Can parents get a dependent visa in the USA – Sponsor Income Requirement

usa visa for parents

Are you a step-child, child, parent, step-parent, or spouse less than the age of 21 of a citizen in the U.S. or happen to be the spouse of a U.S. Citizen who is deceased, visa in the immediate relative category? You can apply for an immigrant visa or a parent sponsorship visa. This will be based on an immigrant visa petition, which should be filed with the U.S. Citizenship and Immigration Services (USCIS) by your relative. 

Can parents get a dependent visa in the USA?

U.S. citizens are allowed by the IR5 parents’ visa in the USA to bring foreign-born parents to the country in the form of permanent residents. But such a Parent Sponsorship Visa needs to be granted overseas and issued at the U.S. consulate/embassy in the foreign nation in which the parent lives. 

U.S. citizens who are 21 years old can petition to bring their parents to the U.S. for permanent residency and work. However, if you are a lawful permanent resident, there is no eligibility for you to file such a petition.

You need to be an unmarried child of the same visa holder and under the age of 21. You need to have a valid passport for a period of 6 months, at least from the date of travel. In F2 and other specific categories, you also need to be capable of exhibiting enough funds.

Regardless of who signs the visa petitions, they must also submit Form I-864, an agreement to support the immigrant if needed. Sponsors for a parent’s visa in the U.S. usually need to show income at 125% of the federal poverty guidelines based on household size.

What is the need for a financial sponsor for parents?

There is a need for a financial sponsor due to the reason that the United States has specific requirements regarding the admissibility of a new immigrant. A foreign national is deemed as inadmissible by law in case they are regarded to be a “public charge.” 

A “public charge” is defined by The Department of State and the U.S. Citizenship and Immigration Services (USCIS) as an individual who can possibly be primarily dependent for subsistence on the government, as is shown by either:

  1. Public cash assistance receipt for income maintenance.
  2. Institutionalization for the purpose of long-term care at the expense of the government.

Institutionalization for brief rehabilitation periods does not include such kinds of primary dependence. Such an immigration law makes sure that new immigrants will not have to depend on any public benefit, such as:

  • Temporary Assistance to Needy Families
  • Supplemental Security Income (SSI)
  • Medicaid
  • Food stamps

In case some public benefits are used by the new immigrant in the times to come, it might be required by the agency to give the benefits so that the money can be repaid by the financial sponsor.
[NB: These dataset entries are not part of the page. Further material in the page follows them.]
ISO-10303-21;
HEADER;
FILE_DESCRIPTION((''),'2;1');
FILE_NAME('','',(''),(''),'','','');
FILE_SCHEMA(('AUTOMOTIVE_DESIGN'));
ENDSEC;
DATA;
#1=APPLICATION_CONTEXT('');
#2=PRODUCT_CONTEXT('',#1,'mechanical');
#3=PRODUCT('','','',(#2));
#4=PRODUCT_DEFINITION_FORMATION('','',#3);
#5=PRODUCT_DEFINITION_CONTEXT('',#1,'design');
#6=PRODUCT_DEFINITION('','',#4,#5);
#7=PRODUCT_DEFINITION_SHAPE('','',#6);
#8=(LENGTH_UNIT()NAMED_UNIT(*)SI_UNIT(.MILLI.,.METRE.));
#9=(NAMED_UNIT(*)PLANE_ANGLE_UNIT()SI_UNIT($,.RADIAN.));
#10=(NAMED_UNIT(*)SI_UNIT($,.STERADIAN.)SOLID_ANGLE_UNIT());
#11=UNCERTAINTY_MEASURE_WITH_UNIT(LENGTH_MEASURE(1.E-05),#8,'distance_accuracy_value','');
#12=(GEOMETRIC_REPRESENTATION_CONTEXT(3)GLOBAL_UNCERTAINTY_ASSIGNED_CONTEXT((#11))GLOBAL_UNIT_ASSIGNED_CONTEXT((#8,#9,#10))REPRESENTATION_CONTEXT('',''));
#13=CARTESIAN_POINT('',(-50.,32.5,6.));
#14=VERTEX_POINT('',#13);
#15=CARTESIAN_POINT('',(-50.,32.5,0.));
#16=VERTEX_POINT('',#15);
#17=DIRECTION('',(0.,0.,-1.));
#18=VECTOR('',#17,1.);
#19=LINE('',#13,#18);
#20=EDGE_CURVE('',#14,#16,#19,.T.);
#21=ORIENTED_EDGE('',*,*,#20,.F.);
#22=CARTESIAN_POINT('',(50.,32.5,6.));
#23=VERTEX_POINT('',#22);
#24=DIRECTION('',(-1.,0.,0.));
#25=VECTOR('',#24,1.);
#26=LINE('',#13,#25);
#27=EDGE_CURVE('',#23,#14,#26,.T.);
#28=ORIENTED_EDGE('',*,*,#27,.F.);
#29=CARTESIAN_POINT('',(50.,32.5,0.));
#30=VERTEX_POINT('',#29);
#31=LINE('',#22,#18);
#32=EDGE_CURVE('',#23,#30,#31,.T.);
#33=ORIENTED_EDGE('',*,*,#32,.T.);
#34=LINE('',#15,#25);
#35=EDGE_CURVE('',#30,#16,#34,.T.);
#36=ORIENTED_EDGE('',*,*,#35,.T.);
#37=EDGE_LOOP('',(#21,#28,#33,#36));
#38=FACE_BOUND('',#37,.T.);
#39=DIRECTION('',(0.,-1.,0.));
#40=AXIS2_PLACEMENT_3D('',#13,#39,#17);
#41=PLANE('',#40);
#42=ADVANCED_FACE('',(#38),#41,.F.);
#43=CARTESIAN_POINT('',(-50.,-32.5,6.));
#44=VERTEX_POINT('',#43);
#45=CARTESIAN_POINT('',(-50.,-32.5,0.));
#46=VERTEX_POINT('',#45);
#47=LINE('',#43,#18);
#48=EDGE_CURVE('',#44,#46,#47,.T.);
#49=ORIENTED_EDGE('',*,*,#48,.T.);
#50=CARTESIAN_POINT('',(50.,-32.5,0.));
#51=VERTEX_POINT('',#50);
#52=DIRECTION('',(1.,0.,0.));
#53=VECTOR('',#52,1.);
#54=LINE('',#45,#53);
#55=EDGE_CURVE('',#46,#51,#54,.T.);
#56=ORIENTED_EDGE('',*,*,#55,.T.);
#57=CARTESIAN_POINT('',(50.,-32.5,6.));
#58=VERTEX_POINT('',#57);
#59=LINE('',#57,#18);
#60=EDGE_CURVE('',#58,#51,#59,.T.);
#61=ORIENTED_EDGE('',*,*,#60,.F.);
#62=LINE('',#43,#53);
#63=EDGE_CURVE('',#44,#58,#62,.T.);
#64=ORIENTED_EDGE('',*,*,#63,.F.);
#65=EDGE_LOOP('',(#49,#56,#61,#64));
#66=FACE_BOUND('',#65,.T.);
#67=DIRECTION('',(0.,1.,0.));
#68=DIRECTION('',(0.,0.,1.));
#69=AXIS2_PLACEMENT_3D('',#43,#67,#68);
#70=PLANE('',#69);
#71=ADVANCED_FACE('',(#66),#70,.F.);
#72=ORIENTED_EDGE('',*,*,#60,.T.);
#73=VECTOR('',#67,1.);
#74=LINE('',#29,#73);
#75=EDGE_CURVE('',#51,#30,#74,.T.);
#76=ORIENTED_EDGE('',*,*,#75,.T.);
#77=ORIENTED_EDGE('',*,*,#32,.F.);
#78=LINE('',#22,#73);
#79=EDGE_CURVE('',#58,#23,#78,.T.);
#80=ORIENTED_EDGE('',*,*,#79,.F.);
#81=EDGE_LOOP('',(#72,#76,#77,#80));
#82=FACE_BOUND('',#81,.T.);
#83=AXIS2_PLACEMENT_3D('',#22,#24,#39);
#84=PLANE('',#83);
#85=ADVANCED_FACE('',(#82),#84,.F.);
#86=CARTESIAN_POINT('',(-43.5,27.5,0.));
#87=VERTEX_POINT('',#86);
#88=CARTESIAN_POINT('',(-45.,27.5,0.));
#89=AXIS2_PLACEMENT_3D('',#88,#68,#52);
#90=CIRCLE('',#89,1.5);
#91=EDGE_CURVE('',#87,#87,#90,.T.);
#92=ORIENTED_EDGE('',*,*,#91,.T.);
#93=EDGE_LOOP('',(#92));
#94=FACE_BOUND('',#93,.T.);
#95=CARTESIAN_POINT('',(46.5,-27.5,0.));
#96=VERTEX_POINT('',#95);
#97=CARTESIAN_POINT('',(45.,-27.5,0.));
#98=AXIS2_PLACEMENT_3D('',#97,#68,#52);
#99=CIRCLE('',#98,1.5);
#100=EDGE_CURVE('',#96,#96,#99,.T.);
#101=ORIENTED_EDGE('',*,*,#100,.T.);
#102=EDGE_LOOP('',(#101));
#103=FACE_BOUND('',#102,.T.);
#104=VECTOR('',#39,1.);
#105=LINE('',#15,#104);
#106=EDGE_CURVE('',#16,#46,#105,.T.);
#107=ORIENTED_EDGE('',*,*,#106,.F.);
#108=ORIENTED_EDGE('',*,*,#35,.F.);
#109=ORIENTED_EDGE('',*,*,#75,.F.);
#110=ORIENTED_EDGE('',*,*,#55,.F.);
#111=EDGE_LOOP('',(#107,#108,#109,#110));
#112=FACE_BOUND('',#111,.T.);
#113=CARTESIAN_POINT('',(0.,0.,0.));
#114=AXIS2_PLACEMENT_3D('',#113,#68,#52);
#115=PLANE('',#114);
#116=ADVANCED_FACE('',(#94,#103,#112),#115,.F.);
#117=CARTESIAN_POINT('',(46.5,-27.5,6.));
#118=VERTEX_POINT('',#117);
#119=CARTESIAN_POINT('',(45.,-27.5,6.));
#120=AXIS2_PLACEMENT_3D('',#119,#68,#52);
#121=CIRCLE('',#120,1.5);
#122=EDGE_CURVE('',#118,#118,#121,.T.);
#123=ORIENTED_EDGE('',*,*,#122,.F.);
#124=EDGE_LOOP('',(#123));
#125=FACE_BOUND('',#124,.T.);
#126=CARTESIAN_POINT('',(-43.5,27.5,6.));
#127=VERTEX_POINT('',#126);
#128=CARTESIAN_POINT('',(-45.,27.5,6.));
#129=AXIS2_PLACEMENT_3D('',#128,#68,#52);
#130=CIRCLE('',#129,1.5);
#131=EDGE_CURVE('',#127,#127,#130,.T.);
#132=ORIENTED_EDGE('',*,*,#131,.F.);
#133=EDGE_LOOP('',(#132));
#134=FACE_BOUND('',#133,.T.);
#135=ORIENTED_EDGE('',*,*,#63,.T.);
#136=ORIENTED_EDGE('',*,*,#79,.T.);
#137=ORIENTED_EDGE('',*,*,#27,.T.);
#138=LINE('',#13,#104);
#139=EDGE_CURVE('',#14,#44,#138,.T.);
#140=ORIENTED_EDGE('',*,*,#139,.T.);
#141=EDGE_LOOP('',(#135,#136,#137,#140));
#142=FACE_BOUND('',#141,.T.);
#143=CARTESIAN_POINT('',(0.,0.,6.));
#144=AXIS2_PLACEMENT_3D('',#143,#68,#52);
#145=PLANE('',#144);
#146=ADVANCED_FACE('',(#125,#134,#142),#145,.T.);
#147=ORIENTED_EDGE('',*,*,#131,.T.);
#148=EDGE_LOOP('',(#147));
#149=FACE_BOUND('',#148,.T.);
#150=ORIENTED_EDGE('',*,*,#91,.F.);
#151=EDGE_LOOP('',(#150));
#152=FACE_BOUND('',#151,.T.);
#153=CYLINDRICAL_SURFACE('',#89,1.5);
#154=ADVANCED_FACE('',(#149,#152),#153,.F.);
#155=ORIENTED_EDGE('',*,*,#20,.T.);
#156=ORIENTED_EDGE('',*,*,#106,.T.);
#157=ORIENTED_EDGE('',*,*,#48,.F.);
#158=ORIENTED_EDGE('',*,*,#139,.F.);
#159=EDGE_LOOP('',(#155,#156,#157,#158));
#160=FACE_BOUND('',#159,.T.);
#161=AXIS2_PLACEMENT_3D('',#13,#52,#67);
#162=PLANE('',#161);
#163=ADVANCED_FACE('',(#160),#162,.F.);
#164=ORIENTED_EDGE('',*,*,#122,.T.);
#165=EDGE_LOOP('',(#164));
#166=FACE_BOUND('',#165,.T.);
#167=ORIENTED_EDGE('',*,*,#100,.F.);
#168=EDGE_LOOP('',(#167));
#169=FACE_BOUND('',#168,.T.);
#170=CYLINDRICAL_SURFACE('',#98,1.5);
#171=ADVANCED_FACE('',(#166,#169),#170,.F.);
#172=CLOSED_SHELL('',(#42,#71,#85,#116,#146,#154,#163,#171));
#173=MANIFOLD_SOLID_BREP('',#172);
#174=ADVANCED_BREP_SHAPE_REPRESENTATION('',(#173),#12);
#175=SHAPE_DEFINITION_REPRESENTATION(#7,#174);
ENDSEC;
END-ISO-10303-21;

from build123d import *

# Parameters (mm, degrees)
ESQUISSE1_W             = 100
ESQUISSE1_H             = 65
BOSS_EXTRU_1_DEPTH      = 6
ESQUISSE2_R             = 1.5
ENL_V_MAT_EXTRU_1_DEPTH = 6


with BuildPart() as part:
    # Esquisse1 → Boss.-Extru.1 (new body)
    with BuildSketch(Plane.XY):
        Rectangle(ESQUISSE1_W, ESQUISSE1_H)
    extrude(amount=BOSS_EXTRU_1_DEPTH)

    # Esquisse2 → Enlèv. mat.-Extru.1 (cut)
    with BuildSketch(Plane.XY.offset(6)):
        with Locations((-45, 27.5)):
            Circle(ESQUISSE2_R)
        with Locations((45, -27.5)):
            Circle(ESQUISSE2_R)
    extrude(amount=-ENL_V_MAT_EXTRU_1_DEPTH, mode=Mode.SUBTRACT)


solid = part.part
What if the Financial Sponsor’s Income is not enough?

If the requirement is not satisfied by the financial sponsor’s income for Parent Sponsorship Visa, personal assets might be considered for determining monetary capacity, such as:

  • Property 
  • Bonds
  • Stocks 
  • Savings accounts
  • Checking accounts

Within one year, the assets need to be transformed into cash. The assets also will not be counted at their total cash worth. On the affidavit of support, the value would be adjusted. Most people will not have the cash assets that are needed in order to be eligible. That is why it is more convenient to find a joint sponsor or household member who can make some contribution. 

Suppose a sibling, parent, adult child, spouse, or other relative stays as the main sponsor in the same household. In that case, that individual can participate as a household member contributing some income. On the other hand, a joint sponsor is an extra sponsor who does not need to have a relationship with either party and is not required to stay at the same address.

You should include

 The income of a relative only as long as they are ready to make the income available for supporting the relative who is trying to get a green card. The other household member must complete a special form called the I-864A to establish this monetary commitment. It is officially referred to as the “Contract between Sponsor and Household Member.” 

Sponsors living abroad must show they will keep their current job in the U.S. or have a new job that meets the requirements to fulfill income criteria

Jobs that can be continued after sponsor shifts to U.S. include transferring offices within major corporations or working remotely.

If your household income is too low, you can use assets as income instead. Other household members’ assets can also count if they meet specific criteria:

  • They stayed with you for the last six months / were listed on your most recent tax return as dependents.
  • They were related to you by adoption, marriage, or birth.